The problem: Read the lines of the data below and retrieve those with "Tangent".

[Opening The input section]

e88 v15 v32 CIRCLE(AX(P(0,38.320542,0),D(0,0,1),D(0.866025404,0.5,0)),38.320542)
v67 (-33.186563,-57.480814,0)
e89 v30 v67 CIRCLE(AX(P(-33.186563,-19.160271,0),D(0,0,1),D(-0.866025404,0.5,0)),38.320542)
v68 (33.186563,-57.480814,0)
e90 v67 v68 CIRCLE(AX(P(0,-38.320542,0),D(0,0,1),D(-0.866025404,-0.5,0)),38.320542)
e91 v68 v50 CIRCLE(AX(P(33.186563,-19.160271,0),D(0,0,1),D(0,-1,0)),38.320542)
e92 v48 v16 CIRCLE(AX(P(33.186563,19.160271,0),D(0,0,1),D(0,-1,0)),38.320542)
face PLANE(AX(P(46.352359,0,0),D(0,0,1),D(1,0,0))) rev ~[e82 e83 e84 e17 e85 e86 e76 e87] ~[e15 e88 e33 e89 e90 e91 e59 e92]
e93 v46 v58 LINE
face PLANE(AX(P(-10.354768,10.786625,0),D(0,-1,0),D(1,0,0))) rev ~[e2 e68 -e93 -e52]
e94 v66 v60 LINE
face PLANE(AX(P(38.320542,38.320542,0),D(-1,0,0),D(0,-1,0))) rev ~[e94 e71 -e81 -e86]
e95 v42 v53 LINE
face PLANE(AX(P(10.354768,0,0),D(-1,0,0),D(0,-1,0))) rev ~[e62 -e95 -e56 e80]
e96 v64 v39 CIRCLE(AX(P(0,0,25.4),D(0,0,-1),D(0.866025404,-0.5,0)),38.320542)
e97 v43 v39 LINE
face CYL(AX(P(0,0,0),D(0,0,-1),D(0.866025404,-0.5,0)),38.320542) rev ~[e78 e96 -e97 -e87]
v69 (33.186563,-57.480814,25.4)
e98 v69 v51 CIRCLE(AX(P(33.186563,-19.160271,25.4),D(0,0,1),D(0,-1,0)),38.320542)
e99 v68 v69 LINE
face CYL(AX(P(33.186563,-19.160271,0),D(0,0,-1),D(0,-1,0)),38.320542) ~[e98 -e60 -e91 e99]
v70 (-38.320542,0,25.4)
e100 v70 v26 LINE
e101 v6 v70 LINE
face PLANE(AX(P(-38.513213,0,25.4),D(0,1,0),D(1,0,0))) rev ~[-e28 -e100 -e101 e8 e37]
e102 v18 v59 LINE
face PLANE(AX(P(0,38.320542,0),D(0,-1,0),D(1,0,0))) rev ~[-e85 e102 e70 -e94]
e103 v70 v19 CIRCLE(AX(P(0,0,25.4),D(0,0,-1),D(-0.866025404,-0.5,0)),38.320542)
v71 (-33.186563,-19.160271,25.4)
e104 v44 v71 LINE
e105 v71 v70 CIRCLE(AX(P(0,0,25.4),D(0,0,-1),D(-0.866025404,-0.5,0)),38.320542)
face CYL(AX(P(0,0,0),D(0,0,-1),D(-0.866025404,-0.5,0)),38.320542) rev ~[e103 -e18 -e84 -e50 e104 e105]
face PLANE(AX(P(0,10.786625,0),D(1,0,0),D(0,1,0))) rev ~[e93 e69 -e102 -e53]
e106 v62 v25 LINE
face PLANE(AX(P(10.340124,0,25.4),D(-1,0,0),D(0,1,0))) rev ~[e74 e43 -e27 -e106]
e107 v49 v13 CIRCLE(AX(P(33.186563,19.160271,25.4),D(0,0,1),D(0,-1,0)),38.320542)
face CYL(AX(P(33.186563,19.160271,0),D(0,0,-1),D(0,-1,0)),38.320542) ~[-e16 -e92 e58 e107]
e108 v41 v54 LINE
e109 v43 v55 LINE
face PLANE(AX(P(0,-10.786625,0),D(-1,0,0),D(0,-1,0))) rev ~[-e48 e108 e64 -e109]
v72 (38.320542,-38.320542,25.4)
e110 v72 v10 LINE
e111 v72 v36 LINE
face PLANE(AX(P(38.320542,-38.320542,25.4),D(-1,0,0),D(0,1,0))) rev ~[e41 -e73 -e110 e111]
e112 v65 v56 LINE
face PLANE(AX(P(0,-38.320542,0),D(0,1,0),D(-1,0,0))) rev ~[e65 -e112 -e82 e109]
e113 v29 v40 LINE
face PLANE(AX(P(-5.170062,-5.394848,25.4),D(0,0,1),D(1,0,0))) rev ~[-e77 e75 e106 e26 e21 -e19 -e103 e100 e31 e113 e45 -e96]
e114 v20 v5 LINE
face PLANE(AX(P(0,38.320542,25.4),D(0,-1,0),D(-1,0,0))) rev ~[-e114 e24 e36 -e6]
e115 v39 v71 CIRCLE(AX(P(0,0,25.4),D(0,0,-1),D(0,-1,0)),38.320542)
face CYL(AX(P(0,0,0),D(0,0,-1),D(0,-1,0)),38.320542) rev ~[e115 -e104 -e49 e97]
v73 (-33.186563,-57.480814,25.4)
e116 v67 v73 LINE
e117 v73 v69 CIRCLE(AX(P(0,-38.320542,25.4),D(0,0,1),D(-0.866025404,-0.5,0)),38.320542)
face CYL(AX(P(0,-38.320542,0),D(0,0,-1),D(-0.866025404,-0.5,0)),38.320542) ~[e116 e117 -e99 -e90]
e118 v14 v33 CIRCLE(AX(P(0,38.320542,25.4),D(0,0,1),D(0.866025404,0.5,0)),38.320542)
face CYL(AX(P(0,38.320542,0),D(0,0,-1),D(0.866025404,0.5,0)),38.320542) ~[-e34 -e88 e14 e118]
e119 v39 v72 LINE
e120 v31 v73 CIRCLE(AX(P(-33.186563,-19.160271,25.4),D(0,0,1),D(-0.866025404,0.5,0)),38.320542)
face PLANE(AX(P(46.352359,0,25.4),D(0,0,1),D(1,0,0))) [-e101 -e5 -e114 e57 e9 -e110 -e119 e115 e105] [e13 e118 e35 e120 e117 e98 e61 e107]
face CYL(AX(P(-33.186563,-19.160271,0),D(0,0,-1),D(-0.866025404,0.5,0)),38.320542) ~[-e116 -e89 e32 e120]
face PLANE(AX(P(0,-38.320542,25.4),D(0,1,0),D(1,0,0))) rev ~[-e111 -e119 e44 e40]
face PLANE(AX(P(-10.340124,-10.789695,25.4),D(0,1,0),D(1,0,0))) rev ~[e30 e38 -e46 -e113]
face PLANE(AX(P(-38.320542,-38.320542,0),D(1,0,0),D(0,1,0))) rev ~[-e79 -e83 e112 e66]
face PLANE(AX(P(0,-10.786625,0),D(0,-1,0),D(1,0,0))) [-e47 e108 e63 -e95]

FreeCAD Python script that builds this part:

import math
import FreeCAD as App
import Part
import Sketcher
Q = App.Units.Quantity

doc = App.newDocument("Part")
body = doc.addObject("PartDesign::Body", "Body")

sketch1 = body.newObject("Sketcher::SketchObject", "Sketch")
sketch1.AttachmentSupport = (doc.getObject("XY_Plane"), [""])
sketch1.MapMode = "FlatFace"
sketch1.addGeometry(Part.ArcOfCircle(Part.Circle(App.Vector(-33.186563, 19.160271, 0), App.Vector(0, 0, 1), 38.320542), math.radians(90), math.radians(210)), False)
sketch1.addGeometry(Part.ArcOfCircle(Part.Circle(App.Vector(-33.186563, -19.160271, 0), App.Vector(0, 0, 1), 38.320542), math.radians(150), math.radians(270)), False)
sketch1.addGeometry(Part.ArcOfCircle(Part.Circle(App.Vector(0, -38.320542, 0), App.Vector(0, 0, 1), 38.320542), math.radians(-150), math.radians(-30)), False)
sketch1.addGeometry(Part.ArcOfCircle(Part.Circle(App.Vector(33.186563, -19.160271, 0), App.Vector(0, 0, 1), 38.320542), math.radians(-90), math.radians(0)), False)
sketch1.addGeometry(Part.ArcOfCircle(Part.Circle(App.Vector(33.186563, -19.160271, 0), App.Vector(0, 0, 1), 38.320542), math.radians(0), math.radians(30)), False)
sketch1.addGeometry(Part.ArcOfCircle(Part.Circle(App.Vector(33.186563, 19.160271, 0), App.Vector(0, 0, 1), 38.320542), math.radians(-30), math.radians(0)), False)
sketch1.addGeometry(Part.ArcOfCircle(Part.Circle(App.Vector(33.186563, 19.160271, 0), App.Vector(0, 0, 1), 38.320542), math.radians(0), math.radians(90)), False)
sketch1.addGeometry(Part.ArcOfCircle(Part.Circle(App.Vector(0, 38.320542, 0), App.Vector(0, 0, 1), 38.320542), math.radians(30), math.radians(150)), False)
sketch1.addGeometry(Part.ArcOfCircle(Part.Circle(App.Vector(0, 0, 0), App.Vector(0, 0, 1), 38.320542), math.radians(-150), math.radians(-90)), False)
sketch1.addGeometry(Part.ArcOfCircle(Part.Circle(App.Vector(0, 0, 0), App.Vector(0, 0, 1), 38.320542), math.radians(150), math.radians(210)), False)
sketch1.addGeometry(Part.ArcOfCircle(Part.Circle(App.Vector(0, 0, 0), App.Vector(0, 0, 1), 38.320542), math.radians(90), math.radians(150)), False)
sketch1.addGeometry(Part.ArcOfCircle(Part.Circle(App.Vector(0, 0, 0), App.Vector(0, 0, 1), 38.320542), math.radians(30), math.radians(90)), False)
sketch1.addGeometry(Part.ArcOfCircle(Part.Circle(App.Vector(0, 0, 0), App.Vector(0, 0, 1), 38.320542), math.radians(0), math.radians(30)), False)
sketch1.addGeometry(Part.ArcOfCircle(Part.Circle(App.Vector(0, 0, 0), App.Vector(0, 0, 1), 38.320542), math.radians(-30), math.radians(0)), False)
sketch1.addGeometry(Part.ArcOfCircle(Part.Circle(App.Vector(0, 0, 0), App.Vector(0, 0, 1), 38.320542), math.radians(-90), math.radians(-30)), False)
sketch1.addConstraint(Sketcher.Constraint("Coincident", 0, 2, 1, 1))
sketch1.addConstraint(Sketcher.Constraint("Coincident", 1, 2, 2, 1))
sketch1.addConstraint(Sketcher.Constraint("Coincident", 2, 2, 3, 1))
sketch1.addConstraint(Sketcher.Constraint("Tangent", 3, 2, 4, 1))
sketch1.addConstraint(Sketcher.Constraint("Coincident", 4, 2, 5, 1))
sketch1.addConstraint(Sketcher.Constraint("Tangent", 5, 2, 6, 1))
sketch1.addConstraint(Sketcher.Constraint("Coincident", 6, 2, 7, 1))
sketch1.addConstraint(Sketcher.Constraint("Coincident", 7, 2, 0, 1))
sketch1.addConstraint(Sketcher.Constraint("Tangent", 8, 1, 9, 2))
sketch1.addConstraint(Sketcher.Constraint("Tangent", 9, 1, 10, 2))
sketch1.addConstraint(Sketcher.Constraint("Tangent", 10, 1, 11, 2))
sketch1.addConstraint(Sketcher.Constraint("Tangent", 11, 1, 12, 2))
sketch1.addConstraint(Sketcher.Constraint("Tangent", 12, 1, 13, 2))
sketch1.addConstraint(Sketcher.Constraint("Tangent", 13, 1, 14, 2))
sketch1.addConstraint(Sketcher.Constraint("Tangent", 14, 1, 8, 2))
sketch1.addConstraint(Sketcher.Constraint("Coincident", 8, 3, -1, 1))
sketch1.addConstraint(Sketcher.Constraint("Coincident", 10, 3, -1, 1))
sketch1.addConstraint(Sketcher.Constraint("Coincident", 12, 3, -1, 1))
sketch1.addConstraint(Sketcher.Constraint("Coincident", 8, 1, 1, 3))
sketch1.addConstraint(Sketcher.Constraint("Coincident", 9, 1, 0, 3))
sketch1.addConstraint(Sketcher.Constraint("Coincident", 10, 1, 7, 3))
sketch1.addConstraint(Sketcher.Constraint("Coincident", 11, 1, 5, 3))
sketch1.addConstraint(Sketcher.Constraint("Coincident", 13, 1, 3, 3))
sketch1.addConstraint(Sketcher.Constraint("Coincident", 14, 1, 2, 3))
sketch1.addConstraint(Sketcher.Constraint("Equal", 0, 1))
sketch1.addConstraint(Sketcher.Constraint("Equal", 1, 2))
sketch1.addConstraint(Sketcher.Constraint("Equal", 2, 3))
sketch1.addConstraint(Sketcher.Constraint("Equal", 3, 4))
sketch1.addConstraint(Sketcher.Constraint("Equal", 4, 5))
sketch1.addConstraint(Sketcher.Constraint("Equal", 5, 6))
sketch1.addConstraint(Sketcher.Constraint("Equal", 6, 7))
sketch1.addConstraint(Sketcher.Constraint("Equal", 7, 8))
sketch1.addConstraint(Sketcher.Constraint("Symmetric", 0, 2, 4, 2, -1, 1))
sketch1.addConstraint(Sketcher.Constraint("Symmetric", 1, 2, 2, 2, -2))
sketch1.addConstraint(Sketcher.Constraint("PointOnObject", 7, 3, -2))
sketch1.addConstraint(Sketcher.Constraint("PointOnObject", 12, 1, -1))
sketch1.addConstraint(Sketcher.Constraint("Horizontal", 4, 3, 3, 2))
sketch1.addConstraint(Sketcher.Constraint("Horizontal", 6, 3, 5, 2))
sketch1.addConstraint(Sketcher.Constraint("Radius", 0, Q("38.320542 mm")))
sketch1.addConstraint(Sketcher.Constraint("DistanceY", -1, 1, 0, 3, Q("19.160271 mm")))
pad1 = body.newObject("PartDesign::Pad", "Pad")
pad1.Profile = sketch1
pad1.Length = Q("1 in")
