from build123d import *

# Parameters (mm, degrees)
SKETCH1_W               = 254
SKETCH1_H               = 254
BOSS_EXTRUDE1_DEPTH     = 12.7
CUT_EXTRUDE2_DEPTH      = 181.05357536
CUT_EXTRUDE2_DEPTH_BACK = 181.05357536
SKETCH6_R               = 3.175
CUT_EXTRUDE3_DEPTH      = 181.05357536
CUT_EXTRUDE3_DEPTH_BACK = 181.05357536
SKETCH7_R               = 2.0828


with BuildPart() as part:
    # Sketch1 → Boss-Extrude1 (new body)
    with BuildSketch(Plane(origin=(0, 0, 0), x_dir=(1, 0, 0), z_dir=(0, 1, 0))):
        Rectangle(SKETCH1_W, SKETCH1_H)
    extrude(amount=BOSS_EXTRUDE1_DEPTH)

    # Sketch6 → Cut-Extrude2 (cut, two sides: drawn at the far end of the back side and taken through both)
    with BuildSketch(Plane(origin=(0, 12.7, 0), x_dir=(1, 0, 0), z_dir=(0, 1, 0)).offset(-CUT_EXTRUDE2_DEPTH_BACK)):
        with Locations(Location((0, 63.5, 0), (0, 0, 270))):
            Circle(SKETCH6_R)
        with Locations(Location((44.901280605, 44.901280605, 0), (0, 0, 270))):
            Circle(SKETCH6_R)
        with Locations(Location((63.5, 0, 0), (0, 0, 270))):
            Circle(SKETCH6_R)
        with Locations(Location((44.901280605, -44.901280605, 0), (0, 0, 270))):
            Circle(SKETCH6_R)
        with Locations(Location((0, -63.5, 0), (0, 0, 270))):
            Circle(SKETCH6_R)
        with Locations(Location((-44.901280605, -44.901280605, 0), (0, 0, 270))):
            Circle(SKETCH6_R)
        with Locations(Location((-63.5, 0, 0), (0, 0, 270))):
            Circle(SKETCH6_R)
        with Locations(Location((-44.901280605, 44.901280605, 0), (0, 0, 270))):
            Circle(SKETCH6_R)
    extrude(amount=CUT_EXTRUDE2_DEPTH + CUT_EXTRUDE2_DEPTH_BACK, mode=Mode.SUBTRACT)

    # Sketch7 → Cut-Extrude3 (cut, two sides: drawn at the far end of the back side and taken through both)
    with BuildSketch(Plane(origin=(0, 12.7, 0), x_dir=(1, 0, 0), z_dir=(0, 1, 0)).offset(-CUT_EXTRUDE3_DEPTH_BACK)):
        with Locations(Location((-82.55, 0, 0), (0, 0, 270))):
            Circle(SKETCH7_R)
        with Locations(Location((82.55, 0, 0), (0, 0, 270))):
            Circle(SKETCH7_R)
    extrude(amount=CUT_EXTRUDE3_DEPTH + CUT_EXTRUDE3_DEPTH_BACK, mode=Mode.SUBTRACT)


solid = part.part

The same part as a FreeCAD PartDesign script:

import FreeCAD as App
import Part
import Sketcher
from FreeCAD import Vector
Q = App.Units.Quantity


def add_polygon(sketch, points):
    """Adds a closed chain of lines whose ends are joined by coincident constraints."""
    first, n = sketch.GeometryCount, len(points)
    for a, b in zip(points, points[1:] + points[:1]):
        sketch.addGeometry(Part.LineSegment(App.Vector(*a, 0), App.Vector(*b, 0)), False)
    for i in range(n):
        sketch.addConstraint(Sketcher.Constraint("Coincident", first + i, 2, first + (i + 1) % n, 1))

doc = App.newDocument("Part")
body = doc.addObject("PartDesign::Body", "Body")

# Sketch on XZ plane
sketch1 = body.newObject("Sketcher::SketchObject", "Sketch")
sketch1.AttachmentSupport = (doc.getObject("XZ_Plane"), [""])
sketch1.MapMode = "FlatFace"
add_polygon(sketch1, [(-127, -127), (-127, 127), (127, 127), (127, -127)])  # lines 0-3
sketch1.addConstraint(Sketcher.Constraint("Vertical", 0))
sketch1.addConstraint(Sketcher.Constraint("Horizontal", 1))
sketch1.addConstraint(Sketcher.Constraint("Vertical", 2))
sketch1.addConstraint(Sketcher.Constraint("Horizontal", 3))
sketch1.addConstraint(Sketcher.Constraint("Symmetric", 0, 2, 2, 2, -1, 1))
sketch1.addConstraint(Sketcher.Constraint("Equal", 3, 0))
sketch1.addConstraint(Sketcher.Constraint("DistanceX", 1, 1, 1, 2, Q("10 in")))
pad1 = body.newObject("PartDesign::Pad", "Pad")
pad1.Profile = sketch1
pad1.Length = Q("0.5 in")
pad1.Reversed = True

# Sketch on XZ plane
sketch2 = body.newObject("Sketcher::SketchObject", "Sketch001")
sketch2.AttachmentSupport = (doc.getObject("XZ_Plane"), [""])
sketch2.MapMode = "FlatFace"
sketch2.AttachmentOffset = App.Placement(Vector(0, 0, -0.5 * 25.4), App.Rotation())
sketch2.addGeometry(Part.Circle(Vector(0, -63.5, 0), Vector(0, 0, 1), 3.2), False)
sketch2.addGeometry(Part.Circle(Vector(44.9, -44.9, 0), Vector(0, 0, 1), 3.2), False)
sketch2.addGeometry(Part.Circle(Vector(63.5, 0, 0), Vector(0, 0, 1), 3.2), False)
sketch2.addGeometry(Part.Circle(Vector(44.9, 44.9, 0), Vector(0, 0, 1), 3.2), False)
sketch2.addGeometry(Part.Circle(Vector(0, 63.5, 0), Vector(0, 0, 1), 3.2), False)
sketch2.addGeometry(Part.Circle(Vector(-44.9, 44.9, 0), Vector(0, 0, 1), 3.2), False)
sketch2.addGeometry(Part.Circle(Vector(-63.5, 0, 0), Vector(0, 0, 1), 3.2), False)
sketch2.addGeometry(Part.Circle(Vector(-44.9, -44.9, 0), Vector(0, 0, 1), 3.2), False)
sketch2.addConstraint(Sketcher.Constraint("Equal", 0, 1))
sketch2.addConstraint(Sketcher.Constraint("Equal", 1, 2))
sketch2.addConstraint(Sketcher.Constraint("Equal", 2, 3))
sketch2.addConstraint(Sketcher.Constraint("Equal", 3, 4))
sketch2.addConstraint(Sketcher.Constraint("Equal", 4, 5))
sketch2.addConstraint(Sketcher.Constraint("Equal", 5, 6))
sketch2.addConstraint(Sketcher.Constraint("Equal", 6, 7))
sketch2.addConstraint(Sketcher.Constraint("Symmetric", 0, 3, 4, 3, -1, 1))
sketch2.addConstraint(Sketcher.Constraint("Symmetric", 1, 3, 5, 3, -1, 1))
sketch2.addConstraint(Sketcher.Constraint("Symmetric", 2, 3, 6, 3, -1, 1))
sketch2.addConstraint(Sketcher.Constraint("Symmetric", 3, 3, 7, 3, -1, 1))
sketch2.addConstraint(Sketcher.Constraint("Symmetric", 3, 3, 5, 3, -2))
sketch2.addConstraint(Sketcher.Constraint("PointOnObject", 0, 3, -2))
sketch2.addConstraint(Sketcher.Constraint("PointOnObject", 2, 3, -1))
sketch2.addConstraint(Sketcher.Constraint("Diameter", 0, Q("0.25 in")))
sketch2.addConstraint(Sketcher.Constraint("DistanceY", 0, 3, 4, 3, Q("5 in")))
sketch2.addConstraint(Sketcher.Constraint("DistanceX", -1, 1, 2, 3, Q("2.5 in")))
sketch2.addConstraint(Sketcher.Constraint("DistanceX", -1, 1, 1, 3, 44.901281))
sketch2.addConstraint(Sketcher.Constraint("DistanceY", 1, 3, -1, 1, 44.901281))
pocket1 = body.newObject("PartDesign::Pocket", "Pocket")
pocket1.Profile = sketch2
pocket1.Type = "ThroughAll"
pocket1.Midplane = True

# Sketch on XZ plane
sketch3 = body.newObject("Sketcher::SketchObject", "Sketch002")
sketch3.AttachmentSupport = (doc.getObject("XZ_Plane"), [""])
sketch3.MapMode = "FlatFace"
sketch3.AttachmentOffset = App.Placement(Vector(0, 0, -0.5 * 25.4), App.Rotation())
sketch3.addGeometry(Part.Circle(Vector(-82.5, 0, 0), Vector(0, 0, 1), 2.1), False)
sketch3.addGeometry(Part.Circle(Vector(82.5, 0, 0), Vector(0, 0, 1), 2.1), False)
sketch3.addConstraint(Sketcher.Constraint("Equal", 0, 1))
sketch3.addConstraint(Sketcher.Constraint("Symmetric", 0, 3, 1, 3, -1, 1))
sketch3.addConstraint(Sketcher.Constraint("PointOnObject", 0, 3, -1))
sketch3.addConstraint(Sketcher.Constraint("Diameter", 0, Q("0.164 in")))
sketch3.addConstraint(Sketcher.Constraint("DistanceX", 0, 3, 1, 3, Q("6.5 in")))
pocket2 = body.newObject("PartDesign::Pocket", "Pocket001")
pocket2.Profile = sketch3
pocket2.Type = "ThroughAll"
pocket2.Midplane = True

doc.recompute()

[Closing The input section]

Result for this exercise:
sketch1.addConstraint(Sketcher.Constraint("Tangent", 3, 2, 4, 1))
sketch1.addConstraint(Sketcher.Constraint("Tangent", 5, 2, 6, 1))
sketch1.addConstraint(Sketcher.Constraint("Tangent", 8, 1, 9, 2))
sketch1.addConstraint(Sketcher.Constraint("Tangent", 9, 1, 10, 2))
sketch1.addConstraint(Sketcher.Constraint("Tangent", 10, 1, 11, 2))
sketch1.addConstraint(Sketcher.Constraint("Tangent", 11, 1, 12, 2))
sketch1.addConstraint(Sketcher.Constraint("Tangent", 12, 1, 13, 2))
sketch1.addConstraint(Sketcher.Constraint("Tangent", 13, 1, 14, 2))
sketch1.addConstraint(Sketcher.Constraint("Tangent", 14, 1, 8, 2))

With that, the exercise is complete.